Buffalo Bills running back Fred Jackson has struck a two-year contract extension that keeps him tied to the team through 2014.

The deal was announced today at One Bills Drive. Jackson was entering the final year of a contract he signed in May 2009.

Jackson, 31, rushed for 934 yards in just 10 games last season before being lost for the season with a fractured fibula. At the time of his injury, his 1,376 yards from scrimmage ranked second in the NFL. Jackson accounted for 40 percent of the Bills’ offense the first 10 games.

"I'm excited because I feel like something special is about to go down and I want to be a part of it," Jackson said. "I've always said I wanted to be here, now I have the opportunity to be here."

"He is a huge piece of the puzzle for us," said Bills General Manager Buddy Nix. "We always said we want to try to keep our good players, and we've done it again today, with what we think is one of the best backs in the league."

Jackson's average salary more than doubles during the two-year extension, rising to about $4.5 million a year. It could go up to about $11 million for the two new years if he hits all incentives. Jackson has produced three straight outstanding seasons for the Bills. In 2010 he rushed for 927 yards and caught 215 yards in passes. In 2009, he rushed for 1,062 yards and caught 371 yards in passes.

Last season, Jackson led all NFL running backs in yards per carry, at 5.49 yards an attempt. That was the best total by a Bills running back since O.J. Simpson averaged 5.52 a carry in 1975.
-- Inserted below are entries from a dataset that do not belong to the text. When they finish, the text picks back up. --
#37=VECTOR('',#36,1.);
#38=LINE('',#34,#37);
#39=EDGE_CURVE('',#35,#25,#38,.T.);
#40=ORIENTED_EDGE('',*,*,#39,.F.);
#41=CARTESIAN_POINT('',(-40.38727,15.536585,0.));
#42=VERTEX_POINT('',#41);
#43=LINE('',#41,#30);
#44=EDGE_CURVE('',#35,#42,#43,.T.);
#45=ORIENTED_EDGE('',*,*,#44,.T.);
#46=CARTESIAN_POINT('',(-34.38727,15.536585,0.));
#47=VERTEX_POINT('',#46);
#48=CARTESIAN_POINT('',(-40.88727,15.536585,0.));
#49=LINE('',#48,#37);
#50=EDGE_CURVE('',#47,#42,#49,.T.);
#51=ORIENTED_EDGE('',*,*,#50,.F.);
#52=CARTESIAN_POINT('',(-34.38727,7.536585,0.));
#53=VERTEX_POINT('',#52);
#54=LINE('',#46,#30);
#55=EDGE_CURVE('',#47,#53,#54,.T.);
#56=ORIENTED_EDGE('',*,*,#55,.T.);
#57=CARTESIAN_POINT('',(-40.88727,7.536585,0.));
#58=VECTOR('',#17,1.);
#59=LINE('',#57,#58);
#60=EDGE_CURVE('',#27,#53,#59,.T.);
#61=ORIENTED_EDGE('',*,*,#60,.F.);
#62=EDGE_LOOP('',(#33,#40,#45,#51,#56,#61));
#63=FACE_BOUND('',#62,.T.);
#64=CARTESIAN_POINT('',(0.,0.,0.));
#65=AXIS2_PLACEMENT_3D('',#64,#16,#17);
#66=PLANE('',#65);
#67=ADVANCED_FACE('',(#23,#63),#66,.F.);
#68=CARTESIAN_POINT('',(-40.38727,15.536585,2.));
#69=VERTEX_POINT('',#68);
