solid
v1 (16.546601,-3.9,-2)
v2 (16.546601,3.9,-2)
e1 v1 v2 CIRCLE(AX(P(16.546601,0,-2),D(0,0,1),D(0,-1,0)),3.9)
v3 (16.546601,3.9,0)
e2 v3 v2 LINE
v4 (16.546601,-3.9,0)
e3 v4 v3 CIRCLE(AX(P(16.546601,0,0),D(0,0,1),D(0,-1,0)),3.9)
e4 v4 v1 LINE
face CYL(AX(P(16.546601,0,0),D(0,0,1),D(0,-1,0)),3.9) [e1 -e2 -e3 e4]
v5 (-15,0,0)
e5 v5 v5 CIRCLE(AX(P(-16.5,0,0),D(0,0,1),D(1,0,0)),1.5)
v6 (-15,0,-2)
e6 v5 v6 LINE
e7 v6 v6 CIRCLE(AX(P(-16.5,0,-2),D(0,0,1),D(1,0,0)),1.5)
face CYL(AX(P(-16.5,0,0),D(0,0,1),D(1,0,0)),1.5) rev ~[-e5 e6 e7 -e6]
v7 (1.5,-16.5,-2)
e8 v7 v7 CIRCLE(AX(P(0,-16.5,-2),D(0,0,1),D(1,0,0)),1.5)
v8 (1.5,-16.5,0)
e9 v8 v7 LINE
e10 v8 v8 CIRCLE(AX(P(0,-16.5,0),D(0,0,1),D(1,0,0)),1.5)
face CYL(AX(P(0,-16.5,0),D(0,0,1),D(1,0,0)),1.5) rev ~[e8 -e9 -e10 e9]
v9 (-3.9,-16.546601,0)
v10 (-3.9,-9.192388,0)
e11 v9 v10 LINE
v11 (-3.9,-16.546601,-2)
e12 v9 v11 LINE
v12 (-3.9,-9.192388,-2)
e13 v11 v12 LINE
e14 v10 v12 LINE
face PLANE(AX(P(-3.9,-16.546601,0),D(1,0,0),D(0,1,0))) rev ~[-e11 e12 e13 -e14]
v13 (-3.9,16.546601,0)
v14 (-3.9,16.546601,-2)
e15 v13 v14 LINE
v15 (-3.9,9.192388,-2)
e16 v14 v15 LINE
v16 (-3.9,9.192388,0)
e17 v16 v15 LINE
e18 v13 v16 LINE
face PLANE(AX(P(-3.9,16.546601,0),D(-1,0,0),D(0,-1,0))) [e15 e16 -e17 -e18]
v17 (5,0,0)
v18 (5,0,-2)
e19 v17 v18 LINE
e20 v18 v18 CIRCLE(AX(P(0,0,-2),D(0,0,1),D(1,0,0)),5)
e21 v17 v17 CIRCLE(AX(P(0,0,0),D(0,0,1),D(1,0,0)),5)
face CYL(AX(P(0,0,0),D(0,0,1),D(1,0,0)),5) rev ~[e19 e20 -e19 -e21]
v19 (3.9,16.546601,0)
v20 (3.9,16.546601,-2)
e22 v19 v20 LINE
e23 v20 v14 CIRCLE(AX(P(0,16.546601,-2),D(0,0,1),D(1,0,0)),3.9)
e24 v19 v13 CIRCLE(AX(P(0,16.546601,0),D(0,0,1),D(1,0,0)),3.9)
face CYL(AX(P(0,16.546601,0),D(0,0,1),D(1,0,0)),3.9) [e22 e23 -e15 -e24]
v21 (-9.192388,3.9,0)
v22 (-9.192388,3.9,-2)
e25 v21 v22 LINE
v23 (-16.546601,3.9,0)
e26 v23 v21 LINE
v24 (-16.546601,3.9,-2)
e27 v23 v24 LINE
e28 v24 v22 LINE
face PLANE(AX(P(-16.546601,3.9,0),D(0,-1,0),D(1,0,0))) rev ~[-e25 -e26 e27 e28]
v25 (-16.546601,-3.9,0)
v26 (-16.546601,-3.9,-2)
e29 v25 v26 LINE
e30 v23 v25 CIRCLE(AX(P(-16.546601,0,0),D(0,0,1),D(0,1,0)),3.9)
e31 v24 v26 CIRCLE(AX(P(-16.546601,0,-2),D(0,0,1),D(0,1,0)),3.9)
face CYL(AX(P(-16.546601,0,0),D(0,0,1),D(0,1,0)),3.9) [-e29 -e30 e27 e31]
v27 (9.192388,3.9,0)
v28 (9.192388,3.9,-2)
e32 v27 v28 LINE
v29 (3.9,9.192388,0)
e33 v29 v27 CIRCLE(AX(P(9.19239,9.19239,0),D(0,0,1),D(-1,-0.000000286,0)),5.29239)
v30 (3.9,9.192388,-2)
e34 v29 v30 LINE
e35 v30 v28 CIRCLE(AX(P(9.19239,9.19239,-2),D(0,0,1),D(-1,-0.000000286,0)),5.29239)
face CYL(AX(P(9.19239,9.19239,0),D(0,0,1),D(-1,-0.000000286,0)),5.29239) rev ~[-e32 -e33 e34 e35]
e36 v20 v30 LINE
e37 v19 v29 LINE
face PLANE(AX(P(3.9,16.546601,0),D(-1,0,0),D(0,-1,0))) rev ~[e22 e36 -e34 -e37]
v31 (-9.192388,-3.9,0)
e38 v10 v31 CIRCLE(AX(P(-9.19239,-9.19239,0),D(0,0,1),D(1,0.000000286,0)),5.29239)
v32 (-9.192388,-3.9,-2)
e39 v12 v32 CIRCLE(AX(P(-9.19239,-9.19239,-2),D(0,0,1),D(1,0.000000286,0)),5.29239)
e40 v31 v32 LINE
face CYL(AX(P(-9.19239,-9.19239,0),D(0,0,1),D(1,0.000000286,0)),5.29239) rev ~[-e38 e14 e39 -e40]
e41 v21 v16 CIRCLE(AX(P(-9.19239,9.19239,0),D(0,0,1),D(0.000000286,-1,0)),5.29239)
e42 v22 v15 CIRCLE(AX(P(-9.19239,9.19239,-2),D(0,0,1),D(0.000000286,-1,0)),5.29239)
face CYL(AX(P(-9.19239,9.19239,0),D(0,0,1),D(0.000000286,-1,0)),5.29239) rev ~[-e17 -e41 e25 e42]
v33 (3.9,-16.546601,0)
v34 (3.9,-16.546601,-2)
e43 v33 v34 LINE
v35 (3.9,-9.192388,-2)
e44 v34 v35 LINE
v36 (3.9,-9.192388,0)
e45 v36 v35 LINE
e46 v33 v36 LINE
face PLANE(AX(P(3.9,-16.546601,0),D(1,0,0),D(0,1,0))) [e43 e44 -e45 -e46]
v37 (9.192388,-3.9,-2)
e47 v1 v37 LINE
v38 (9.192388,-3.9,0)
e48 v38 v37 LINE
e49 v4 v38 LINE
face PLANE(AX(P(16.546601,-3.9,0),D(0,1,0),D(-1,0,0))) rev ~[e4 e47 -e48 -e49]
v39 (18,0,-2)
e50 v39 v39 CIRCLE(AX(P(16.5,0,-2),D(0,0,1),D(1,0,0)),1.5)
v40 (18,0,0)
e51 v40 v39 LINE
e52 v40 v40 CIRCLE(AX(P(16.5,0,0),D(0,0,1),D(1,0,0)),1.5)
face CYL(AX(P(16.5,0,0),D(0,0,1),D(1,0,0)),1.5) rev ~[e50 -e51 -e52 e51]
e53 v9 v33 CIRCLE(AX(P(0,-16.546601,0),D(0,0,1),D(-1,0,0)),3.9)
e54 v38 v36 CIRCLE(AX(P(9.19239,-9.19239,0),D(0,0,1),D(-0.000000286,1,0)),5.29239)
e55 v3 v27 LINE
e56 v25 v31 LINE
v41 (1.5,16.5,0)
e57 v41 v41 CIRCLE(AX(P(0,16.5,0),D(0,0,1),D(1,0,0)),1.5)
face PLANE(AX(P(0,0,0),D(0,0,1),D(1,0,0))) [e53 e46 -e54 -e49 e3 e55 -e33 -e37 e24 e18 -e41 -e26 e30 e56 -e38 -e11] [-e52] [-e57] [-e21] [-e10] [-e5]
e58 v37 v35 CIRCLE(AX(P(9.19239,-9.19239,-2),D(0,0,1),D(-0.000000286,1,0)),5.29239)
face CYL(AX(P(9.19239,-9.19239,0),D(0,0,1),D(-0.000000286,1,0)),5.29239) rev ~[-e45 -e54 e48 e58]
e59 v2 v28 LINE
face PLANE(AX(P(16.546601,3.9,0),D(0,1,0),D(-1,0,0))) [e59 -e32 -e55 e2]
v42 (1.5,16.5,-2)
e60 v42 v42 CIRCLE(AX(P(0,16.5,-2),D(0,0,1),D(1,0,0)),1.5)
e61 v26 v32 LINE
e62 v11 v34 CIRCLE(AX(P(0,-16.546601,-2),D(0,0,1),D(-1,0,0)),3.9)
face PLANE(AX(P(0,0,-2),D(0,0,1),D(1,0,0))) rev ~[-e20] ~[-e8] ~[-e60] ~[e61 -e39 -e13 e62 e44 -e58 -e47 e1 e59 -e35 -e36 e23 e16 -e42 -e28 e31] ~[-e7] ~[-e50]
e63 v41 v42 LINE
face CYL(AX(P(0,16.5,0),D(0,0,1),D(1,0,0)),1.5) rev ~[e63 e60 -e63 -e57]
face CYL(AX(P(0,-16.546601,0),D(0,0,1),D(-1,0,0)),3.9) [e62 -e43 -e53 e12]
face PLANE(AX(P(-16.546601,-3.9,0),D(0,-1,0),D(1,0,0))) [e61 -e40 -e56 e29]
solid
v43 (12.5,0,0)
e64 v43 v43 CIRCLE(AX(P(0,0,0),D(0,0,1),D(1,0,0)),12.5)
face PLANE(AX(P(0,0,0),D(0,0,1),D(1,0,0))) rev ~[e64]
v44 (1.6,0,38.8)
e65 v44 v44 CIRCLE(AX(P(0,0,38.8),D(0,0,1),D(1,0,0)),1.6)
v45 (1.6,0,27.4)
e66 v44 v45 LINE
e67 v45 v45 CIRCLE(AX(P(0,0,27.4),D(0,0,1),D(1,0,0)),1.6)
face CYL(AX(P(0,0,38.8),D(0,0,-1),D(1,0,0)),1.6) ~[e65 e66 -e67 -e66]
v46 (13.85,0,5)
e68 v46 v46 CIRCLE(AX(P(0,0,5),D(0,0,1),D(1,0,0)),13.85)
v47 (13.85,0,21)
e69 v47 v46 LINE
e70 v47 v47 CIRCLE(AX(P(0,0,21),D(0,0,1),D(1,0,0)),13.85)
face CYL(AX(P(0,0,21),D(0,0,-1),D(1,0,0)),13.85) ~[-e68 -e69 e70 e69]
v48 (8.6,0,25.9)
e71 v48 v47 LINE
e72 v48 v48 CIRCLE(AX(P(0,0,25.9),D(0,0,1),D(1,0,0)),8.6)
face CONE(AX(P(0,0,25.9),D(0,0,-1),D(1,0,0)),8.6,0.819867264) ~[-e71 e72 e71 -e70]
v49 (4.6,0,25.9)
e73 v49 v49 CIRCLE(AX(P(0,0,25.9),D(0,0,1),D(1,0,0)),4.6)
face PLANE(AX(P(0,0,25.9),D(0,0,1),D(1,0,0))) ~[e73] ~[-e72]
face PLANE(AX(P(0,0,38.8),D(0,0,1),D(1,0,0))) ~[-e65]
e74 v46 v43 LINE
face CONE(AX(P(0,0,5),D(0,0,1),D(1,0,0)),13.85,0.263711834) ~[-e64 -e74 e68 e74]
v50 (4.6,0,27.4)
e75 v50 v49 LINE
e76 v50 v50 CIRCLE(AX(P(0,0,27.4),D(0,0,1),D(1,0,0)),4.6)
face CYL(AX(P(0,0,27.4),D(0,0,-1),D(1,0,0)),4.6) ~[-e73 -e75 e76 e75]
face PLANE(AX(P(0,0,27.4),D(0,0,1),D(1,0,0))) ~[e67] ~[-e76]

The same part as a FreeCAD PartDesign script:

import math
import FreeCAD as App
import Part
import Sketcher
Q = App.Units.Quantity

doc = App.newDocument("Part")
body = doc.addObject("PartDesign::Body", "Body")

# Sketch on XZ plane
sketch1 = body.newObject("Sketcher::SketchObject", "Sketch")
sketch1.AttachmentSupport = (doc.getObject("XZ_Plane"), [""])
sketch1.MapMode = "FlatFace"
sketch1.addGeometry(Part.LineSegment(App.Vector(0, 38.8, 0), App.Vector(0, 0, 0)), False)
sketch1.addGeometry(Part.LineSegment(App.Vector(0, 0, 0), App.Vector(12.5, 0, 0)), False)
sketch1.addGeometry(Part.LineSegment(App.Vector(12.5, 0, 0), App.Vector(13.8, 5, 0)), False)
sketch1.addGeometry(Part.LineSegment(App.Vector(13.8, 5, 0), App.Vector(13.8, 21, 0)), False)
sketch1.addGeometry(Part.LineSegment(App.Vector(13.8, 21, 0), App.Vector(8.6, 25.9, 0)), False)
sketch1.addGeometry(Part.LineSegment(App.Vector(8.6, 25.9, 0), App.Vector(4.6, 25.9, 0)), False)
sketch1.addGeometry(Part.LineSegment(App.Vector(4.6, 25.9, 0), App.Vector(4.6, 27.4, 0)), False)
sketch1.addGeometry(Part.LineSegment(App.Vector(4.6, 27.4, 0), App.Vector(1.6, 27.4, 0)), False)
sketch1.addGeometry(Part.LineSegment(App.Vector(1.6, 27.4, 0), App.Vector(1.6, 38.8, 0)), False)
sketch1.addGeometry(Part.LineSegment(App.Vector(1.6, 38.8, 0), App.Vector(0, 38.8, 0)), False)
sketch1.addConstraint(Sketcher.Constraint("Coincident", 0, 2, 1, 1))
sketch1.addConstraint(Sketcher.Constraint("Coincident", 1, 2, 2, 1))
sketch1.addConstraint(Sketcher.Constraint("Coincident", 2, 2, 3, 1))
sketch1.addConstraint(Sketcher.Constraint("Coincident", 3, 2, 4, 1))
sketch1.addConstraint(Sketcher.Constraint("Coincident", 4, 2, 5, 1))
sketch1.addConstraint(Sketcher.Constraint("Coincident", 5, 2, 6, 1))
sketch1.addConstraint(Sketcher.Constraint("Coincident", 6, 2, 7, 1))
sketch1.addConstraint(Sketcher.Constraint("Coincident", 7, 2, 8, 1))
sketch1.addConstraint(Sketcher.Constraint("Coincident", 8, 2, 9, 1))
sketch1.addConstraint(Sketcher.Constraint("Coincident", 9, 2, 0, 1))
sketch1.addConstraint(Sketcher.Constraint("Vertical", 0))
sketch1.addConstraint(Sketcher.Constraint("Horizontal", 1))
sketch1.addConstraint(Sketcher.Constraint("Vertical", 3))
sketch1.addConstraint(Sketcher.Constraint("Horizontal", 5))
sketch1.addConstraint(Sketcher.Constraint("Vertical", 6))
sketch1.addConstraint(Sketcher.Constraint("Horizontal", 7))
sketch1.addConstraint(Sketcher.Constraint("Vertical", 8))
sketch1.addConstraint(Sketcher.Constraint("Horizontal", 9))
sketch1.addConstraint(Sketcher.Constraint("Coincident", 0, 2, -1, 1))
sketch1.addConstraint(Sketcher.Constraint("DistanceX", 5, 2, 5, 1, Q("4 mm")))
sketch1.addConstraint(Sketcher.Constraint("DistanceX", 7, 2, 7, 1, Q("3 mm")))
sketch1.addConstraint(Sketcher.Constraint("DistanceY", 3, 1, 3, 2, Q("16 mm")))
sketch1.addConstraint(Sketcher.Constraint("DistanceX", 1, 1, 1, 2, Q("12.5 mm")))
sketch1.addConstraint(Sketcher.Constraint("DistanceX", 9, 2, 9, 1, Q("1.6 mm")))
sketch1.addConstraint(Sketcher.Constraint("DistanceY", 0, 2, 0, 1, Q("38.8 mm")))
sketch1.addConstraint(Sketcher.Constraint("DistanceY", 6, 1, 6, 2, Q("1.5 mm")))
sketch1.addConstraint(Sketcher.Constraint("DistanceY", 8, 1, 8, 2, Q("11.4 mm")))
sketch1.addConstraint(Sketcher.Constraint("DistanceY", -1, 1, 2, 2, Q("5 mm")))
sketch1.addConstraint(Sketcher.Constraint("DistanceX", -1, 1, 2, 2, Q("13.85 mm")))
revolution = body.newObject("PartDesign::Revolution", "Revolution")
revolution.Profile = sketch1
revolution.ReferenceAxis = (sketch1, ["V_Axis"])
revolution.Angle = 360
body2 = doc.addObject("PartDesign::Body", "Body001")

# Sketch on XY plane
sketch2 = body2.newObject("Sketcher::SketchObject", "Sketch001")
sketch2.AttachmentSupport = (doc.getObject("XY_Plane001"), [""])
sketch2.MapMode = "FlatFace"
sketch2.addGeometry(Part.ArcOfCircle(Part.Circle(App.Vector(-16.5, 0, 0), App.Vector(0, 0, 1), 3.9), math.radians(90), math.radians(270)), False)
sketch2.addGeometry(Part.LineSegment(App.Vector(-16.5, -3.9, 0), App.Vector(-9.2, -3.9, 0)), False)
sketch2.addGeometry(Part.ArcOfCircle(Part.Circle(App.Vector(-9.2, -9.2, 0), App.Vector(0, 0, 1), 5.3), math.radians(0), math.radians(90)), False)
sketch2.addGeometry(Part.LineSegment(App.Vector(-3.9, -9.2, 0), App.Vector(-3.9, -16.5, 0)), False)
sketch2.addGeometry(Part.ArcOfCircle(Part.Circle(App.Vector(0, -16.5, 0), App.Vector(0, 0, 1), 3.9), math.radians(180), math.radians(360)), False)
sketch2.addGeometry(Part.LineSegment(App.Vector(3.9, -16.5, 0), App.Vector(3.9, -9.2, 0)), False)
sketch2.addGeometry(Part.ArcOfCircle(Part.Circle(App.Vector(9.2, -9.2, 0), App.Vector(0, 0, 1), 5.3), math.radians(90), math.radians(180)), False)
sketch2.addGeometry(Part.LineSegment(App.Vector(9.2, -3.9, 0), App.Vector(16.5, -3.9, 0)), False)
Jackson was playing under a four-year deal that averaged $1.87 million a year. Jackson was an exclusive-rights free agent at the time he signed that deal, which meant he had little leverage in negotiations. The deal also was stuck with the NFL staring at the prospect of a lockout in 2011 that could have wiped out a full season. Had that happened, Jackson still might not have been an unrestricted free agent coming out of the lockout. He felt pressured by the circumstances to strike a deal, and he never was fully satisfied with it. Jackson wound up signing with a new agent, Buffalo-based Ron Raccuia, and he negotiated the new contract.